The key difference between the 2 models is that the main piece of the puzzle that you’re maintaining is the code itself. Whether you upload your code to Lambda via a ZIP file, or use a complete CI/CD workflow, the result is just a piece of code living in the cloud. The cloud provider, in this case Amazon, then takes care of the rest. What actually happens behind the scenes is eerily similar to the first model, in that the code itself does run on virtual machines that get automatically provisioned and scaled on your behalf, but you never need to worry about that. You don’t care whether it runs on Windows or Linux, you also don’t worry about software updates, OS-level security or backing up your VMs. The only piece you care about is your code.
So there’s a lot to be said for serverless, but is it the natural solution for all your cloud deployments? Here’s a summary of the key differences you need to keep in mind:
- Serverless deployments are more costly to implement. If you’re trying to convert an on-premise solution to a serverless one, then there’s no doubt that you’ll have to do a lot of refactoring. Serverless code is fundamentally different from traditional code because it has very limited access to the environment. You need to rely heavily on other cloud offerings like DynamoDB, S3, SNS and so on, instead of the file system.
- In the long run, serverless environments will be much easier to maintain. Once your deployment is done, the benefit is very real in the long run. Not having to care about auto-scaling, software updates, new versions of Linux or Windows, these are all things that will make your life a lot easier, and save you money in the long run. The less you’re responsible for, the less you have to worry about, and the whole idea behind serverless is to completely shift responsibility for the entire environment to the cloud provider, and leave you to worry only about your own code.
- Having less to maintain means higher reliability. The whole idea behind the cloud is that a large datacenter run by Amazon or Google is far better equipped to provide reliable, secure and scalable services than you could as a small or medium organization. This is doubly true for serverless, because you push more of this maintenance onto the cloud, namely the software stack.
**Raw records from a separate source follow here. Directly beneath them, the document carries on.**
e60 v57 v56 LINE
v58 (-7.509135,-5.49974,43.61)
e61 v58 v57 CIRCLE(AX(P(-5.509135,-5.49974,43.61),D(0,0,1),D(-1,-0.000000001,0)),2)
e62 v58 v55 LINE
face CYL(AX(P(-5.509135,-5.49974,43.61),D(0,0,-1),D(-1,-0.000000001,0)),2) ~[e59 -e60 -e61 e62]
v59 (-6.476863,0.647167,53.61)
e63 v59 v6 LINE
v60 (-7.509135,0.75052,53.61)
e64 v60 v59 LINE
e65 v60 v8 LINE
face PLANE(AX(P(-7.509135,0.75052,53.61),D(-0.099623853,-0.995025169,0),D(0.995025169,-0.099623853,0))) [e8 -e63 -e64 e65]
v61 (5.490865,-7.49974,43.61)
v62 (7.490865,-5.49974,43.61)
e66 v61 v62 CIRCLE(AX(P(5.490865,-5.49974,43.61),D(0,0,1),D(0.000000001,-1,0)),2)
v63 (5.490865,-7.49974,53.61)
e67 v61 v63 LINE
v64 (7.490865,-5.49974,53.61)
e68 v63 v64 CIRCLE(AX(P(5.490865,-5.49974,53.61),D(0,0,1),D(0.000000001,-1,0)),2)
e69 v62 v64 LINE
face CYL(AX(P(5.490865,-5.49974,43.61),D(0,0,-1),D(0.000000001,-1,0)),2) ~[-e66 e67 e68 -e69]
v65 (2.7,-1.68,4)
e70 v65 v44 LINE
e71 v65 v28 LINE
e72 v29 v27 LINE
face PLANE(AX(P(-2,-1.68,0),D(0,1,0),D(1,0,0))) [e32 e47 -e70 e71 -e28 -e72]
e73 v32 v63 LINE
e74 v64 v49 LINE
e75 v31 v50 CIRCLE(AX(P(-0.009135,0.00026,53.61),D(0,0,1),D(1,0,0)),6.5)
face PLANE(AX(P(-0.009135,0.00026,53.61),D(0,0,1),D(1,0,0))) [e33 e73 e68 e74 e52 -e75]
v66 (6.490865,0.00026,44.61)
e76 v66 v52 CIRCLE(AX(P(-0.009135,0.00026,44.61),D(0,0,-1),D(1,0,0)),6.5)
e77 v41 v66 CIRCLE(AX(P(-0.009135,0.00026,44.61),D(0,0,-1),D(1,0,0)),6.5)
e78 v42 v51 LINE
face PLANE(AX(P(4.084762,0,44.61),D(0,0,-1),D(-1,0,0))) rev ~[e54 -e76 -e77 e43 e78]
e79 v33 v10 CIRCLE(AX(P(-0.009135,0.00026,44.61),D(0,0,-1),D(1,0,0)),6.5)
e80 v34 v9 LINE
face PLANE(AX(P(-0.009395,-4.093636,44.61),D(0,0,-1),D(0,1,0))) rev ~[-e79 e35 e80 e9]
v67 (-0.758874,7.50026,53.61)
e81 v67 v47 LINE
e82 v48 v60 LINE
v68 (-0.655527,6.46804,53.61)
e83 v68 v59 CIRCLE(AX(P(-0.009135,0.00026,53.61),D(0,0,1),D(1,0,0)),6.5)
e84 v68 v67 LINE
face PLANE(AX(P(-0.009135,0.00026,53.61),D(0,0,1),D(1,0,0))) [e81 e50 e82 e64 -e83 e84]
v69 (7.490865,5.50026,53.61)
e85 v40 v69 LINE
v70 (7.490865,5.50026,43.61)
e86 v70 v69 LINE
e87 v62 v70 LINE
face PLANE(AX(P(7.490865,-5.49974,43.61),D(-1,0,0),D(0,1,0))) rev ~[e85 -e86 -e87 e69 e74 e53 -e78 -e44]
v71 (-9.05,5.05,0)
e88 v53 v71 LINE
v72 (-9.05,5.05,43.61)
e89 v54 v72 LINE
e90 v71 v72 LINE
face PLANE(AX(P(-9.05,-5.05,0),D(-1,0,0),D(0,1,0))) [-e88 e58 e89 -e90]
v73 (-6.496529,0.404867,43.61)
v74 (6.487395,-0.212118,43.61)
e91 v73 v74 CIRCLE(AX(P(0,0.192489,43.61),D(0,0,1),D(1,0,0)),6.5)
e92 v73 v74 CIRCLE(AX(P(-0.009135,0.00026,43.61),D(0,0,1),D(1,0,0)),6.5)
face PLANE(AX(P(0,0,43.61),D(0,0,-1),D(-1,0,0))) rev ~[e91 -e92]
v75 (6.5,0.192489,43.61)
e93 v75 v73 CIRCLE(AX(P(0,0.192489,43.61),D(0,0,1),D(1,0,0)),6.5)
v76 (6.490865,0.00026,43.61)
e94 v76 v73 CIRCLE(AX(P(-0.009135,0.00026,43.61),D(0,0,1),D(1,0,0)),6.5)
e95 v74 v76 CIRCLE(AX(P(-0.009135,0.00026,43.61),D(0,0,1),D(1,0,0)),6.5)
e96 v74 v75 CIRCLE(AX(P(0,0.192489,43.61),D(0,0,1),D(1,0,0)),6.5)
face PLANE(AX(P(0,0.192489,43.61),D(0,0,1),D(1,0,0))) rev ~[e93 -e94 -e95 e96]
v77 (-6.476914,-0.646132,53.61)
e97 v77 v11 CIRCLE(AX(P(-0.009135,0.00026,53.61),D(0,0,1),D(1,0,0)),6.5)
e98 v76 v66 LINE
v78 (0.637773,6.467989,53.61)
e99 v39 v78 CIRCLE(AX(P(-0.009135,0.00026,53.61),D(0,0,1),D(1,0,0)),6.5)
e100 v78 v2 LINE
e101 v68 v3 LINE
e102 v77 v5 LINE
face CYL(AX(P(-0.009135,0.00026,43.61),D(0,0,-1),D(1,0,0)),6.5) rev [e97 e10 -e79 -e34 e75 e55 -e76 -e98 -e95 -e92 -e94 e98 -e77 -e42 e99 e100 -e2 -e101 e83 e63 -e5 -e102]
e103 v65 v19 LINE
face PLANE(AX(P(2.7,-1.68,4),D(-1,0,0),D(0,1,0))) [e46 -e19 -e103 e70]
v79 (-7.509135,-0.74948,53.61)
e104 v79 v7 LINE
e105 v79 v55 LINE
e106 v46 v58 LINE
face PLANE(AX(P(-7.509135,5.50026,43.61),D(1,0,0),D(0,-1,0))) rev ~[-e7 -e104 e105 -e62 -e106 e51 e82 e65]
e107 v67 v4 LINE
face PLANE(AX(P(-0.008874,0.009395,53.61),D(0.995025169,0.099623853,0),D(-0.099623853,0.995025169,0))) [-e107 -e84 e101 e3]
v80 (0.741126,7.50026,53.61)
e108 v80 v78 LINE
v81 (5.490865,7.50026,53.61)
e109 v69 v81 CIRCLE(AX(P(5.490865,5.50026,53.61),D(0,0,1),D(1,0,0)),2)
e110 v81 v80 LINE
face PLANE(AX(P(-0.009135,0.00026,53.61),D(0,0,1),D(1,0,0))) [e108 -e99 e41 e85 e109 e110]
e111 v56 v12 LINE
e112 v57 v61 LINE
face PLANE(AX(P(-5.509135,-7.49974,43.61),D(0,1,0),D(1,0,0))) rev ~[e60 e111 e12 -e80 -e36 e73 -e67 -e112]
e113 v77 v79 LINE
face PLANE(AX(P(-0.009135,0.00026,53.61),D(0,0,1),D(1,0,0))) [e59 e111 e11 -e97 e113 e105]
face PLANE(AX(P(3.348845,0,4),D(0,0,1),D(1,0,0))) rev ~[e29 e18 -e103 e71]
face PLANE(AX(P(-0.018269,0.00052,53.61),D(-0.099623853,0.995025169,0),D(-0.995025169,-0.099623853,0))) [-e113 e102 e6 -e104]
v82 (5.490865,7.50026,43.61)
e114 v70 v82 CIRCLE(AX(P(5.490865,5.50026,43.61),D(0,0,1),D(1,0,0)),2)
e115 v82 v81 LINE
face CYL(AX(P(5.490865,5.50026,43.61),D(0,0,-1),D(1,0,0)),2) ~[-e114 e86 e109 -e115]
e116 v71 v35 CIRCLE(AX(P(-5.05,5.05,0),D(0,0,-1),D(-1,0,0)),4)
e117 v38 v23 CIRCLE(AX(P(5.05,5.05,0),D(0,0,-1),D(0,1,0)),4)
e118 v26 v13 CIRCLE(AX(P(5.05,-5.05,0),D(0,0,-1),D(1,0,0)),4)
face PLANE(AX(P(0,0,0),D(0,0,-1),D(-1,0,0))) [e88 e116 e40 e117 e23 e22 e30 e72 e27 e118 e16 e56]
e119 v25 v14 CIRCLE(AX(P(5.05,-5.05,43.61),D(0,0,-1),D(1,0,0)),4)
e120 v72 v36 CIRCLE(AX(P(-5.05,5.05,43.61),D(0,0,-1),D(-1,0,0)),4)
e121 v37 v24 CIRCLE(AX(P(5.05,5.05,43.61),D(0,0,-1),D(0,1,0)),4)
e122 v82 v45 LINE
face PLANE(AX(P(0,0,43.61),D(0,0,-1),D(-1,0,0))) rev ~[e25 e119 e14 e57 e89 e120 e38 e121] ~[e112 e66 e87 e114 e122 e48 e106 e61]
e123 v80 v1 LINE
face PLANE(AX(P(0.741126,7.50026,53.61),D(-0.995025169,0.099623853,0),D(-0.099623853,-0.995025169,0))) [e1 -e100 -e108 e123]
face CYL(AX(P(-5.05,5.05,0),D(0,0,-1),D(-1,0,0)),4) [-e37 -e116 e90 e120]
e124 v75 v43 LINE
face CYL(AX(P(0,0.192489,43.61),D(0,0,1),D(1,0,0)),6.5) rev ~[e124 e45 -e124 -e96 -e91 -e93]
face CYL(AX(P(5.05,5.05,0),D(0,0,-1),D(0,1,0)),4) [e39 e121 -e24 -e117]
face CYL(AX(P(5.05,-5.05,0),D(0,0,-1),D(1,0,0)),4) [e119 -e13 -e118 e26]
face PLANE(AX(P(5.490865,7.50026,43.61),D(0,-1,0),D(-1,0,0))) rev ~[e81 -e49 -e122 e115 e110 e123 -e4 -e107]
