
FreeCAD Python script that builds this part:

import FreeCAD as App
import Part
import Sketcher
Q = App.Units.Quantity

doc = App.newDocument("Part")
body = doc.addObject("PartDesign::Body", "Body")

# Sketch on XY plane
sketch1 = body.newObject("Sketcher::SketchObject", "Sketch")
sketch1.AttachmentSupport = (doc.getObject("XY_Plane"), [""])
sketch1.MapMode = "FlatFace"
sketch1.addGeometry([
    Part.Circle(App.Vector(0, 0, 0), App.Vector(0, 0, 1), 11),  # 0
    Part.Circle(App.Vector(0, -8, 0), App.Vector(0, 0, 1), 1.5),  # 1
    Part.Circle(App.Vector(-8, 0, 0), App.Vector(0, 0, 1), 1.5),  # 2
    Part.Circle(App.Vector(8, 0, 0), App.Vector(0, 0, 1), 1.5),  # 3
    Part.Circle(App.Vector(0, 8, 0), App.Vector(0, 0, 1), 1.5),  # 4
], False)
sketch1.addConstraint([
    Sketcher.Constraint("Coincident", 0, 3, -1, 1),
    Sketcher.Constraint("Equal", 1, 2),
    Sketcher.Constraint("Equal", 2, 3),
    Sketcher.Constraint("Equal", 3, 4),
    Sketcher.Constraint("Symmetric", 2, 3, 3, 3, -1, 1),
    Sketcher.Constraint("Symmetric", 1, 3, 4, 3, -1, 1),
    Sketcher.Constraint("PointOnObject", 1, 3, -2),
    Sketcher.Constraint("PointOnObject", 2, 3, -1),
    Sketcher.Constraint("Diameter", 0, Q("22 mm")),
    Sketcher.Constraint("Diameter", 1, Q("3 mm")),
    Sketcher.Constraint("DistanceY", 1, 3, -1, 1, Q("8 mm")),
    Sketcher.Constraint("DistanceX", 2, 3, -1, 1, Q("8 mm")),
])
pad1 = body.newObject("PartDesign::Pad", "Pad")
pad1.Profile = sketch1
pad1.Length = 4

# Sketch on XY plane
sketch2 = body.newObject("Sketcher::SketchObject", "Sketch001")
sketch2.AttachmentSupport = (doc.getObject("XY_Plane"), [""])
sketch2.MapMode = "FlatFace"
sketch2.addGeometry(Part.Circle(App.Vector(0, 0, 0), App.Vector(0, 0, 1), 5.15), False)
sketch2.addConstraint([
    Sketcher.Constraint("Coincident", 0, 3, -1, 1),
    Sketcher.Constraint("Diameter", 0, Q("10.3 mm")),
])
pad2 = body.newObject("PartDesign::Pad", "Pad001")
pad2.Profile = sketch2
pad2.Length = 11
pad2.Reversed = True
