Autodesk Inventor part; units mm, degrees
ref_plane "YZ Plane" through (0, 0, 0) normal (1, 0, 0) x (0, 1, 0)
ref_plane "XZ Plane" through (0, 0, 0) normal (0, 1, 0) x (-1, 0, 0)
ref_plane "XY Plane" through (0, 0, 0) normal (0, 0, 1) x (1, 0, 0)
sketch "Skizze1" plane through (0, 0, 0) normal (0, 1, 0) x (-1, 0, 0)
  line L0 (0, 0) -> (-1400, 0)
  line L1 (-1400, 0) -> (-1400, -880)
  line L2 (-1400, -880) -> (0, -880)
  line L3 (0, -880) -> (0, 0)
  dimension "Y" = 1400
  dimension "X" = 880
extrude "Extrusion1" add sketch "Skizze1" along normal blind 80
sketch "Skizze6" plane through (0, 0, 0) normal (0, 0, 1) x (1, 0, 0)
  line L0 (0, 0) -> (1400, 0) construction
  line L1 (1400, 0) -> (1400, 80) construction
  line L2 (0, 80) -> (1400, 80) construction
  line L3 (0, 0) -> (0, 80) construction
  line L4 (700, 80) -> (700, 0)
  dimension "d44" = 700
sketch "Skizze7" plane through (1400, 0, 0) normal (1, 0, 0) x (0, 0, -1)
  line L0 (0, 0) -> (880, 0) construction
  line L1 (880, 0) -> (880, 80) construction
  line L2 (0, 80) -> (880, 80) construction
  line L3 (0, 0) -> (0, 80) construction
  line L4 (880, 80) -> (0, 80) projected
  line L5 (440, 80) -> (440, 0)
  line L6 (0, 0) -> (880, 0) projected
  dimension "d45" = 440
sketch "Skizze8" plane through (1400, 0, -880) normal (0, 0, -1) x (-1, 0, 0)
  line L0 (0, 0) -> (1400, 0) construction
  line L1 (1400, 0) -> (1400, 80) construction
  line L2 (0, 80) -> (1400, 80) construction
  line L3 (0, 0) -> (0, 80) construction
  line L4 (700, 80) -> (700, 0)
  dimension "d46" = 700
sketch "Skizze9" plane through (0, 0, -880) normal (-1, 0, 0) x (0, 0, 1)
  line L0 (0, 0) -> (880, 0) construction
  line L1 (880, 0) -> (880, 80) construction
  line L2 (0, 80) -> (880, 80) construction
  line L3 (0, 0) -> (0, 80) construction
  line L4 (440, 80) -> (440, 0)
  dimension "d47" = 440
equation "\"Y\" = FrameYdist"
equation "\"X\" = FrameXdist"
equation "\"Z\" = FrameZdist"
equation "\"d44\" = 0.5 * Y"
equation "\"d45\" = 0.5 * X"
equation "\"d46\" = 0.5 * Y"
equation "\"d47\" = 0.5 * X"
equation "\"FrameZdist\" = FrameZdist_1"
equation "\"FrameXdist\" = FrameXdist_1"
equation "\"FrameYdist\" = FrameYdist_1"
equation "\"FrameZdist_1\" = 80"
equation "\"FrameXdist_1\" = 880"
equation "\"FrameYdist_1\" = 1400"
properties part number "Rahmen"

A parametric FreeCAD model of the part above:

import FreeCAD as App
import Part
import Sketcher
from FreeCAD import Vector

doc = App.newDocument("Part")
body = doc.addObject("PartDesign::Body", "Body")

sketch1 = body.newObject("Sketcher::SketchObject", "Sketch")
sketch1.AttachmentSupport = (doc.getObject("XZ_Plane"), [""])
sketch1.MapMode = "FlatFace"
sketch1.addGeometry(Part.LineSegment(Vector(0, -880, 0), Vector(0, 0, 0)), False)
sketch1.addGeometry(Part.LineSegment(Vector(0, 0, 0), Vector(1400, 0, 0)), False)
sketch1.addGeometry(Part.LineSegment(Vector(1400, 0, 0), Vector(1400, -880, 0)), False)
sketch1.addGeometry(Part.LineSegment(Vector(1400, -880, 0), Vector(0, -880, 0)), False)
sketch1.addConstraint(Sketcher.Constraint("Coincident", 0, 2, 1, 1))
sketch1.addConstraint(Sketcher.Constraint("Coincident", 1, 2, 2, 1))
sketch1.addConstraint(Sketcher.Constraint("Coincident", 2, 2, 3, 1))
sketch1.addConstraint(Sketcher.Constraint("Coincident", 3, 2, 0, 1))
sketch1.addConstraint(Sketcher.Constraint("Vertical", 0))
sketch1.addConstraint(Sketcher.Constraint("Horizontal", 1))
sketch1.addConstraint(Sketcher.Constraint("Vertical", 2))
sketch1.addConstraint(Sketcher.Constraint("Horizontal", 3))
sketch1.addConstraint(Sketcher.Constraint("Coincident", 0, 2, -1, 1))
sketch1.addConstraint(Sketcher.Constraint("DistanceX", 1, 1, 1, 2, 1400.0))
sketch1.addConstraint(Sketcher.Constraint("DistanceY", 0, 1, 0, 2, 880.0))
pad1 = body.newObject("PartDesign::Pad", "Pad")
pad1.Profile = sketch1
pad1.Length = 80
pad1.Reversed = True

doc.recompute()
- You end up locked in a specific environment. Perhaps the biggest drawback is vendor lock-in. On top of the fact that it takes longer to refactor your application for the serverless cloud, you then end up with an architecture that is highly tailored to a specific cloud vendor. Moving a workload from one cloud VM to another cloud VM is trivial, but if you embrace serverless on AWS, it’s going to be very hard to move to Google or Azure down the line.
So, what’s the bottom line? Should you take advantage of the serverless cloud? This all depends on your needs, and there is no right answer for everyone. Serverless makes a lot of sense for cloud native workloads, things that are meant to be highly available and highly connected. If it’s a new application, then it’s even better since you can build it from the ground up to be serverless. Those types of architecture can see huge cost savings in the long run. If you’re dealing with legacy applications however, especially monolithic software that rely on specific environments or have a heavy dependence on the file system, then it’s likely not going to do well as a serverless app.